(Items from a data source)
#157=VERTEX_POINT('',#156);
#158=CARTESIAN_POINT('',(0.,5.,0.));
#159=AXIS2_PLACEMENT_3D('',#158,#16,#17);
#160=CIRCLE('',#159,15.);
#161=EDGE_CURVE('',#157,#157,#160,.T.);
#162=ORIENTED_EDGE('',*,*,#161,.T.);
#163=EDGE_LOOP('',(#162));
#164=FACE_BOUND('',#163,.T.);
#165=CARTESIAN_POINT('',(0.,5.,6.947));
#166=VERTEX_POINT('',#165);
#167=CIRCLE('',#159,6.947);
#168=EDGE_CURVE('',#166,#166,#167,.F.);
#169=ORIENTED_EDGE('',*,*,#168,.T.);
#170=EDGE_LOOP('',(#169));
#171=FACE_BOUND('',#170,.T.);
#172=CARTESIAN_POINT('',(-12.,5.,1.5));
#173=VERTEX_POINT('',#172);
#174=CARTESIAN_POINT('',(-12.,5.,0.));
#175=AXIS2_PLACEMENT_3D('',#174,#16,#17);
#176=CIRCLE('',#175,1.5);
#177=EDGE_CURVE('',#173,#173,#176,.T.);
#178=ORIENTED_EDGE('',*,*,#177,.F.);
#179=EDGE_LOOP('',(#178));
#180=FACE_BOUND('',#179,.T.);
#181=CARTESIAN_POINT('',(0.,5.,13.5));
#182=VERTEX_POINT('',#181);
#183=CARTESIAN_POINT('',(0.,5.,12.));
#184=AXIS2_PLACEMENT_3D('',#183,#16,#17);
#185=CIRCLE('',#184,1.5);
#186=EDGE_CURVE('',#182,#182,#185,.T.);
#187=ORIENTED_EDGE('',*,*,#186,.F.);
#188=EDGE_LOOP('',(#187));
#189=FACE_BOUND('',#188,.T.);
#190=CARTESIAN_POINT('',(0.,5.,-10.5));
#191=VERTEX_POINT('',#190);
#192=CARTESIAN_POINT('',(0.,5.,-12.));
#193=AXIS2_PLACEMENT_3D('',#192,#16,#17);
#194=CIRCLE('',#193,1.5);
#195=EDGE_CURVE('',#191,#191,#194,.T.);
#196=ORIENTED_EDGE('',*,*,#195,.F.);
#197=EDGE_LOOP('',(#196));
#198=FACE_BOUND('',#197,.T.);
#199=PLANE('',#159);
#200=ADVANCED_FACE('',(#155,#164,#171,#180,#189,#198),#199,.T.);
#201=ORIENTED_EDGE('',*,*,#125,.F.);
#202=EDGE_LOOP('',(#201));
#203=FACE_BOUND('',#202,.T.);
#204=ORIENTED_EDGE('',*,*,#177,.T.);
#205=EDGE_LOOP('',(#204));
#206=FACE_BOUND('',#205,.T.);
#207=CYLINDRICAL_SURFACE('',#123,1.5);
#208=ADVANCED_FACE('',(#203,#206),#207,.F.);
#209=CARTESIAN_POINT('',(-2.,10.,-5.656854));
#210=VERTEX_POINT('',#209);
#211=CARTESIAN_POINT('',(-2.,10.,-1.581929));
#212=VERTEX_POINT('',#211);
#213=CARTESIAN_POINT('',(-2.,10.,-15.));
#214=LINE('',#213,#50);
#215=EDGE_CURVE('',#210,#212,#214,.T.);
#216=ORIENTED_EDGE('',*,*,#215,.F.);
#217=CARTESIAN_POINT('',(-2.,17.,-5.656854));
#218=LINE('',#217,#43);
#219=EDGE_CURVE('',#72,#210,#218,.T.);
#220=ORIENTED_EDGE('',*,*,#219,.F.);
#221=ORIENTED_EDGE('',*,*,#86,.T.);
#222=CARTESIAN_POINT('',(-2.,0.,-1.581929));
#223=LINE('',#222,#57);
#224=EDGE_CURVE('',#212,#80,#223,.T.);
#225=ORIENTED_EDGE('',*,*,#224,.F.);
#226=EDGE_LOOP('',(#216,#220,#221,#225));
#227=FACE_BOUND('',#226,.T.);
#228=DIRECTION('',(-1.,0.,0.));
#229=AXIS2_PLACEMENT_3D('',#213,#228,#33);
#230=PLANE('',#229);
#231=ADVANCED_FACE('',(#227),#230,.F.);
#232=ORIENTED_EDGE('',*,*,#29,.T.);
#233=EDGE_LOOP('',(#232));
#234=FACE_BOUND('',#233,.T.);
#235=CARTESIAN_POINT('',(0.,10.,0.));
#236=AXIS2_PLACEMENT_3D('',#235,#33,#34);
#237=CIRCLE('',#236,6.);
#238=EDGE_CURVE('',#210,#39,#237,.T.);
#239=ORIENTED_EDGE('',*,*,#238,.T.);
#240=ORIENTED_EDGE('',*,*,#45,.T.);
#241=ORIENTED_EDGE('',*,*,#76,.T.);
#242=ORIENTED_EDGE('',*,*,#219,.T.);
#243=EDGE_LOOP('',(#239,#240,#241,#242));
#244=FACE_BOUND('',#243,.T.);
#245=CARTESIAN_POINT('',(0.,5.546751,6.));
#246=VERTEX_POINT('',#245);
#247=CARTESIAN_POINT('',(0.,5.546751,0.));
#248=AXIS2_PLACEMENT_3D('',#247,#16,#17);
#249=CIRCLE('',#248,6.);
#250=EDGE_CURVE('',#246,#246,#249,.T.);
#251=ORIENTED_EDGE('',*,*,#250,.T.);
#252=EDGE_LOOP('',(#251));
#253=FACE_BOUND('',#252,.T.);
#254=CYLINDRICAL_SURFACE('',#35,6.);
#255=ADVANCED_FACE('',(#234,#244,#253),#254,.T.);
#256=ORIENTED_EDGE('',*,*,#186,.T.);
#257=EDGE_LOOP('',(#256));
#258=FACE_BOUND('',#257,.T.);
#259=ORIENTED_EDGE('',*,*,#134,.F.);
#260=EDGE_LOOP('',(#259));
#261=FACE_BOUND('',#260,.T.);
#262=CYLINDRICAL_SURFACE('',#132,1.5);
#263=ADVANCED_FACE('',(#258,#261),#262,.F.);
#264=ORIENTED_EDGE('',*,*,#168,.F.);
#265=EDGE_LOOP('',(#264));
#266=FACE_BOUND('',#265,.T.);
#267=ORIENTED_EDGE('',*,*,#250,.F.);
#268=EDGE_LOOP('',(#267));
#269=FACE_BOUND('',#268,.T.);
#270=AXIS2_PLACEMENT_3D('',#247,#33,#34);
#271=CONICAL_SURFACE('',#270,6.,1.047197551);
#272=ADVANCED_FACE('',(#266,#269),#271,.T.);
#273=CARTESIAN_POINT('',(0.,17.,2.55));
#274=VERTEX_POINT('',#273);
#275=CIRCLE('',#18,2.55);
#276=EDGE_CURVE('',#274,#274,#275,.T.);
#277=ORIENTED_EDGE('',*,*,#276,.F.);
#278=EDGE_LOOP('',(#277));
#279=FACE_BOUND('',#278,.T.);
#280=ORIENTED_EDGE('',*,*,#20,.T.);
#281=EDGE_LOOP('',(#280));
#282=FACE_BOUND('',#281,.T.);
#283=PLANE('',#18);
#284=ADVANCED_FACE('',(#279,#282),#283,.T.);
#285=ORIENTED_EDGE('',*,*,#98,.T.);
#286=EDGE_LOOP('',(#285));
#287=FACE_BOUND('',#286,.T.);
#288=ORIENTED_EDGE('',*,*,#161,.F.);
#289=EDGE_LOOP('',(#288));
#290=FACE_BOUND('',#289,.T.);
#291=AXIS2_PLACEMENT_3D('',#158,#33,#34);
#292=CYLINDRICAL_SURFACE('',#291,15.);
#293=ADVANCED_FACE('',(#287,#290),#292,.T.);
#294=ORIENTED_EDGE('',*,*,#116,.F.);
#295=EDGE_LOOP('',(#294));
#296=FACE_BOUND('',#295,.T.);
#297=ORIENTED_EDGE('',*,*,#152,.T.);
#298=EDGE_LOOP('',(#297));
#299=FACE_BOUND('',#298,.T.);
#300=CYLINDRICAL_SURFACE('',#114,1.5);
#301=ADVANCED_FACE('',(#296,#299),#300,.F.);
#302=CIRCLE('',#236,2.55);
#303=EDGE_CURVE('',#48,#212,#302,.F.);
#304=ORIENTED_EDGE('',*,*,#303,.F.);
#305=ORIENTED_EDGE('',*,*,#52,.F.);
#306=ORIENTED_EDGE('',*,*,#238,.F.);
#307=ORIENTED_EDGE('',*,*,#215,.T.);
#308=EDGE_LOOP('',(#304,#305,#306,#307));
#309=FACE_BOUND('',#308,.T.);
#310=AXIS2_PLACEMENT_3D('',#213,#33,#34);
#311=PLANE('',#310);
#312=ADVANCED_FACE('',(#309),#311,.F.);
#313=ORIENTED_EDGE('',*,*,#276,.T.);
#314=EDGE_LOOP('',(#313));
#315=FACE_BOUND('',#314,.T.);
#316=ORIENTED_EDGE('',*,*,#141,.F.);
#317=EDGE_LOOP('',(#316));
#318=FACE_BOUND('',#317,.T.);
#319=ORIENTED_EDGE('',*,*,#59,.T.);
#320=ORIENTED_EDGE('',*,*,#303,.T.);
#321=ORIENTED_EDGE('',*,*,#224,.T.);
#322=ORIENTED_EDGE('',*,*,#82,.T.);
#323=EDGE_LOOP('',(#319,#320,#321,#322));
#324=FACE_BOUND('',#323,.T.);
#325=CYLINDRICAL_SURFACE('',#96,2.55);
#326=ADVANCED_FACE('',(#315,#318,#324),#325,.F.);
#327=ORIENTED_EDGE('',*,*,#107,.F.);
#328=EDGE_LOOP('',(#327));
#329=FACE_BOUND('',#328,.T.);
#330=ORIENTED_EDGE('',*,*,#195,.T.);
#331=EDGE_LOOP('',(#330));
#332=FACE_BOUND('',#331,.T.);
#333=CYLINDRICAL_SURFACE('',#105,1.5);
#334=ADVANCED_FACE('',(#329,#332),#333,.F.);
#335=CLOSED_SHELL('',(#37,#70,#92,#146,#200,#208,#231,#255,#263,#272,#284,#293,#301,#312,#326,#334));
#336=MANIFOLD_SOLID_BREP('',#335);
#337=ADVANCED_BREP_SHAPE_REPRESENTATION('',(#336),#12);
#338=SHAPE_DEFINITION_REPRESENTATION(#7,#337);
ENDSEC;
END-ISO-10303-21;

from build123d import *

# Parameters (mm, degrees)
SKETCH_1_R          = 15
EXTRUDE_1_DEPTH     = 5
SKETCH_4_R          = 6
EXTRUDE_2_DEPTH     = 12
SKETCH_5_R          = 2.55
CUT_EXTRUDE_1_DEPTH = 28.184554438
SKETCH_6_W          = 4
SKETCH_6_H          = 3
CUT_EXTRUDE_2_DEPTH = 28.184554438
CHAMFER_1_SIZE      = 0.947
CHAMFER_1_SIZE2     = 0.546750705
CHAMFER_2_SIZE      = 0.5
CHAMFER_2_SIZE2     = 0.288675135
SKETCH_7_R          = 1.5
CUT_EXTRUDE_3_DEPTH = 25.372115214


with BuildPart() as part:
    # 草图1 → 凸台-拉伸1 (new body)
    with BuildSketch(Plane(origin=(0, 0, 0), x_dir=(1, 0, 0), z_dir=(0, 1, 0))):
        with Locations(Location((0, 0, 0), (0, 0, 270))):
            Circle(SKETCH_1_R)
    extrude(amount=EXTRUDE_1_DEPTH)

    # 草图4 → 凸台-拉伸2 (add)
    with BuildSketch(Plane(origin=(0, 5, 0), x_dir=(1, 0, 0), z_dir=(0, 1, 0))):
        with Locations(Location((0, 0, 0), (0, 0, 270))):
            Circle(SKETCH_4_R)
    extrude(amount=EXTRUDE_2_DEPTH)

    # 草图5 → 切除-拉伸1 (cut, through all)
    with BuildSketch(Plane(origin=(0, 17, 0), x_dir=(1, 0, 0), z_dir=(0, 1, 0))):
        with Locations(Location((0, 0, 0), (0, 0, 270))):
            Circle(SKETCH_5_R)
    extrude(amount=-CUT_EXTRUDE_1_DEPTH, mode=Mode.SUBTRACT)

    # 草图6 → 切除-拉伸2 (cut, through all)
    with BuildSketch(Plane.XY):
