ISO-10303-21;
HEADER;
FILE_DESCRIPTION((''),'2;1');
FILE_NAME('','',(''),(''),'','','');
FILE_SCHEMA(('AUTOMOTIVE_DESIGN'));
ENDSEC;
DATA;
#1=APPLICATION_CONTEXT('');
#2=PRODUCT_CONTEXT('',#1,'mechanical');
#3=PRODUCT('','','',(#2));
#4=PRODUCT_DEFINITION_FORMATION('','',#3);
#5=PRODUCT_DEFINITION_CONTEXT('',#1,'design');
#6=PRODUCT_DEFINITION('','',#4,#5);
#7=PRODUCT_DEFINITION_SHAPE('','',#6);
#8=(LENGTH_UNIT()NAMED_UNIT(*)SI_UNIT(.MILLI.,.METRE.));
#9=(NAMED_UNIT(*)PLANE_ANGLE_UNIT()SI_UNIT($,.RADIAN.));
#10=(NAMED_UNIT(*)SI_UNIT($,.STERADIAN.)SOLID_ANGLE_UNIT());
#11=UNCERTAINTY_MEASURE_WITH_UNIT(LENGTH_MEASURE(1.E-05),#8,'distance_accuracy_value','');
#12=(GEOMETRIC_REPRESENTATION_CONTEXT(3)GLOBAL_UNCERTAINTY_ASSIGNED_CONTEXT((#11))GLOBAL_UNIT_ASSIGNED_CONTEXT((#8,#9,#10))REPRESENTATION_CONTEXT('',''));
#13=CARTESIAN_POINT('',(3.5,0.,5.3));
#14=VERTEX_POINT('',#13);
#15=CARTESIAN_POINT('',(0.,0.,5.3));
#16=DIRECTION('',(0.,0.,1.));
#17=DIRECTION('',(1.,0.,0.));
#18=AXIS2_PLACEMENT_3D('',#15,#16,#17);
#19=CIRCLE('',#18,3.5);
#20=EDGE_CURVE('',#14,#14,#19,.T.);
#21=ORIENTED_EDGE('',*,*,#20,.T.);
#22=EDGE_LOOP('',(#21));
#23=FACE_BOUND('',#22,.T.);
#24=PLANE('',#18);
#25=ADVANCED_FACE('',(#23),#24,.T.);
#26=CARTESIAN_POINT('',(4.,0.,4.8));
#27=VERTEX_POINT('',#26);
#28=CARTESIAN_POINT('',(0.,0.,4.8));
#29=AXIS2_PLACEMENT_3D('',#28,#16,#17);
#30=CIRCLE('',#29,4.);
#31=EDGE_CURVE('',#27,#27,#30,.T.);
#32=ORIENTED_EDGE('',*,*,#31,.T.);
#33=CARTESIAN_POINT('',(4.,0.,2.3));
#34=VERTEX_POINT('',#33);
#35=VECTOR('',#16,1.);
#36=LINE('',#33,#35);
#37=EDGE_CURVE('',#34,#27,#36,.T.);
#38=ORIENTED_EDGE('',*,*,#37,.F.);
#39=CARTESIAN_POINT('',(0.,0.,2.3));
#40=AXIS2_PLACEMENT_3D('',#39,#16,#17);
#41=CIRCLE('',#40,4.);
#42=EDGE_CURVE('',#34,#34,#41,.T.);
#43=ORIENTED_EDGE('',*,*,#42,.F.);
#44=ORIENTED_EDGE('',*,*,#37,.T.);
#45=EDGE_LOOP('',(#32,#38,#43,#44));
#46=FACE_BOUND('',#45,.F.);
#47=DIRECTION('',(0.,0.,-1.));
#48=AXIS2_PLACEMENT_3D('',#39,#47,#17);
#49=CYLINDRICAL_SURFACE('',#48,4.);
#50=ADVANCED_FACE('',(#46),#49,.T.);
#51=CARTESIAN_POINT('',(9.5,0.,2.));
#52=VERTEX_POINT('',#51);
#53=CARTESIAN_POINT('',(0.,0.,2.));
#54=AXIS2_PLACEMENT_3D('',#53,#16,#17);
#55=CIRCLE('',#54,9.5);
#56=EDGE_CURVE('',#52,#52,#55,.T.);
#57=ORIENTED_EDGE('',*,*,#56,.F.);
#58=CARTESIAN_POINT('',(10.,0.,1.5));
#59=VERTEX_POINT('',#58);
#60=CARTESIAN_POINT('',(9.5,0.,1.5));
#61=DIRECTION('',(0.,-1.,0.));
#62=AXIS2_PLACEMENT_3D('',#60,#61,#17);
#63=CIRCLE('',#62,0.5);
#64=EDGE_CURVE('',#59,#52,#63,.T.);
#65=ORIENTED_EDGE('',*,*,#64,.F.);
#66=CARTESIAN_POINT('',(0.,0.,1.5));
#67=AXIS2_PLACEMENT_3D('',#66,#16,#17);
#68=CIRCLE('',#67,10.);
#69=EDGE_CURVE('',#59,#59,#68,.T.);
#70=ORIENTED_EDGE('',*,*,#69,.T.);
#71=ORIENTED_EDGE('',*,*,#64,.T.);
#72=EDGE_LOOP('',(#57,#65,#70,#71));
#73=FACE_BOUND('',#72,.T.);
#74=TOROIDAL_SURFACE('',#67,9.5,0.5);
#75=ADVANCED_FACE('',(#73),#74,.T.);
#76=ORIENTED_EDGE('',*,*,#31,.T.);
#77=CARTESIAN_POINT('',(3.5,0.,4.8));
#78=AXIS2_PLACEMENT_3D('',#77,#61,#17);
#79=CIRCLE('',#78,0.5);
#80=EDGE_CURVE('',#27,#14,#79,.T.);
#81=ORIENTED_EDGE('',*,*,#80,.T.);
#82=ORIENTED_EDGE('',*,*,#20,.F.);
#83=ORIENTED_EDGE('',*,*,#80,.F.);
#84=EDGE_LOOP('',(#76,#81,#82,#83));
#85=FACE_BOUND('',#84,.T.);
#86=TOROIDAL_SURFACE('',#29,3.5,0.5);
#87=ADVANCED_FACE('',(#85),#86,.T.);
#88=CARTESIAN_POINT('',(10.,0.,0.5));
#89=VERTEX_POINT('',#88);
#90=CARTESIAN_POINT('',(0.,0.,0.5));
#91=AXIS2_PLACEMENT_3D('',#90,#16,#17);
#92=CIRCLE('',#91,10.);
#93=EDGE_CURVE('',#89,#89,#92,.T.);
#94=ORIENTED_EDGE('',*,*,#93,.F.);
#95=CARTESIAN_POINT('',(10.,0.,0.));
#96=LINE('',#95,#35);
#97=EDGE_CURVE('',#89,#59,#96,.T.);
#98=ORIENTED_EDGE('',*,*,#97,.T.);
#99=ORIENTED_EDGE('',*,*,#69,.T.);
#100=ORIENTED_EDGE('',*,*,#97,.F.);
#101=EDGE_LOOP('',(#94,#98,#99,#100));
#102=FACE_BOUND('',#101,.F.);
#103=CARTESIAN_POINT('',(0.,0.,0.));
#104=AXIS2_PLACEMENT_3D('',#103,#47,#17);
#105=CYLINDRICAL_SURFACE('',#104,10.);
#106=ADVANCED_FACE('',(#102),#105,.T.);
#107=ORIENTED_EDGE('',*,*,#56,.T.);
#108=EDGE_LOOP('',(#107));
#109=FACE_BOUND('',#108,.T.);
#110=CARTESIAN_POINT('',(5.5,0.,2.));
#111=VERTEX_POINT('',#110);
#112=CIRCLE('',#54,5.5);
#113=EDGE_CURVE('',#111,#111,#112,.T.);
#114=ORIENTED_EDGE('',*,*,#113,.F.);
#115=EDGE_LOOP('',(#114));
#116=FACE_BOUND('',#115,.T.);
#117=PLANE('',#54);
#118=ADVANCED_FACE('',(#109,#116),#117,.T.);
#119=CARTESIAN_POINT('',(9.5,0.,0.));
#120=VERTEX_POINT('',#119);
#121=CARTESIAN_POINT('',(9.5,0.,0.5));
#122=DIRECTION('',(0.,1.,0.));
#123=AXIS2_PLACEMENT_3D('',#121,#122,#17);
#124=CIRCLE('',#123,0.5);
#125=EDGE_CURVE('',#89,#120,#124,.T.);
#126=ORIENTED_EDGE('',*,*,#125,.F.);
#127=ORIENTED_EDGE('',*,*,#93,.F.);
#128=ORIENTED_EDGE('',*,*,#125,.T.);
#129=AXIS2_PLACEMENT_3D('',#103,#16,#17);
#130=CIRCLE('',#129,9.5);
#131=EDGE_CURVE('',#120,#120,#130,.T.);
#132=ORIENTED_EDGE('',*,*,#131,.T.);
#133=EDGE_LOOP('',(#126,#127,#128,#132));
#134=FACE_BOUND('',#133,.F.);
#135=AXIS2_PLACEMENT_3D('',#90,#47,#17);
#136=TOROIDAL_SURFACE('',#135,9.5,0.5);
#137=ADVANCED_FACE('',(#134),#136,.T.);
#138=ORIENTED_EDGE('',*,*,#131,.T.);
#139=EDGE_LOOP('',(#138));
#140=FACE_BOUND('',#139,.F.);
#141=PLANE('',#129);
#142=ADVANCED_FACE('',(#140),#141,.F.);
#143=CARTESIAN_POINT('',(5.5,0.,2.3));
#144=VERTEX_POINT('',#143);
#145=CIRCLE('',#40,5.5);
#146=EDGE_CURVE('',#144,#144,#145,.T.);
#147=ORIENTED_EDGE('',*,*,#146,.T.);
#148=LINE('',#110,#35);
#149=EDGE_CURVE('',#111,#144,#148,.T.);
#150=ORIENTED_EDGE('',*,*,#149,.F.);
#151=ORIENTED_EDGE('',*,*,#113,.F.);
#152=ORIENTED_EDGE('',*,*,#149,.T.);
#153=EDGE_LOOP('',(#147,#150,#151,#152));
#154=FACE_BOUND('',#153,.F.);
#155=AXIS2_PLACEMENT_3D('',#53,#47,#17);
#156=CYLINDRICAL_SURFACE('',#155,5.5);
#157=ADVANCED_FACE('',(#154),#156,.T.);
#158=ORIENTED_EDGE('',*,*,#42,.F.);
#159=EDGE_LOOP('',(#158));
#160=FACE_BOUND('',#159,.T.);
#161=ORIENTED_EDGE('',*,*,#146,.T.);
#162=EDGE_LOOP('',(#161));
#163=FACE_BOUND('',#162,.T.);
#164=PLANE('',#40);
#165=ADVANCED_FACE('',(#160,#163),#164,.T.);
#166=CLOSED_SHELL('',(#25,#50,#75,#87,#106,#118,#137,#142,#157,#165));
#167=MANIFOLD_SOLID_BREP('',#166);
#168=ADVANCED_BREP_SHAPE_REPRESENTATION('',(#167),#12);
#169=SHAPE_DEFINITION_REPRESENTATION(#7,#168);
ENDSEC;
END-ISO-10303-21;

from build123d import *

# Parameters (mm, degrees)
F0_R     = 10
F1_DEPTH = 2
F2_R     = 5.5
F3_DEPTH = 0.3
F4_R     = 4
F5_DEPTH = 3
F6_R     = 0.5


with BuildPart() as f1:
    # F0 (on Top) → F1 (new body)
    with BuildSketch(Plane.XY):
        Circle(F0_R)
    extrude(amount=F1_DEPTH)

    # F2 (on face) → F3 (join)
    with BuildSketch(Plane.XY.offset(2)):
        Circle(F2_R)
    extrude(amount=F3_DEPTH)

    # F4 (on face) → F5 (join)
    with BuildSketch(Plane.XY.offset(2.3)):
        Circle(F4_R)
    extrude(amount=F5_DEPTH)

    # F6
    f6_edges = [f1.edges().sort_by_distance(p)[0] for p in [
        (-4, 0, 5.3),
        (-10, 0, 2),
        (-10, 0, 0),
    ]]
    fillet(f6_edges, radius=F6_R)


solid = f1.part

What you need to do:
From the opening line of the data above through the line holding "#177=EDGE_CURVE('',#173,#173,#176,.T.);", give every line again exactly as it stands.

Output of the exercise:
#157=VERTEX_POINT('',#156);
#158=CARTESIAN_POINT('',(0.,5.,0.));
#159=AXIS2_PLACEMENT_3D('',#158,#16,#17);
#160=CIRCLE('',#159,15.);
#161=EDGE_CURVE('',#157,#157,#160,.T.);
#162=ORIENTED_EDGE('',*,*,#161,.T.);
#163=EDGE_LOOP('',(#162));
#164=FACE_BOUND('',#163,.T.);
#165=CARTESIAN_POINT('',(0.,5.,6.947));
#166=VERTEX_POINT('',#165);
#167=CIRCLE('',#159,6.947);
#168=EDGE_CURVE('',#166,#166,#167,.F.);
#169=ORIENTED_EDGE('',*,*,#168,.T.);
#170=EDGE_LOOP('',(#169));
#171=FACE_BOUND('',#170,.T.);
#172=CARTESIAN_POINT('',(-12.,5.,1.5));
#173=VERTEX_POINT('',#172);
#174=CARTESIAN_POINT('',(-12.,5.,0.));
#175=AXIS2_PLACEMENT_3D('',#174,#16,#17);
#176=CIRCLE('',#175,1.5);
#177=EDGE_CURVE('',#173,#173,#176,.T.);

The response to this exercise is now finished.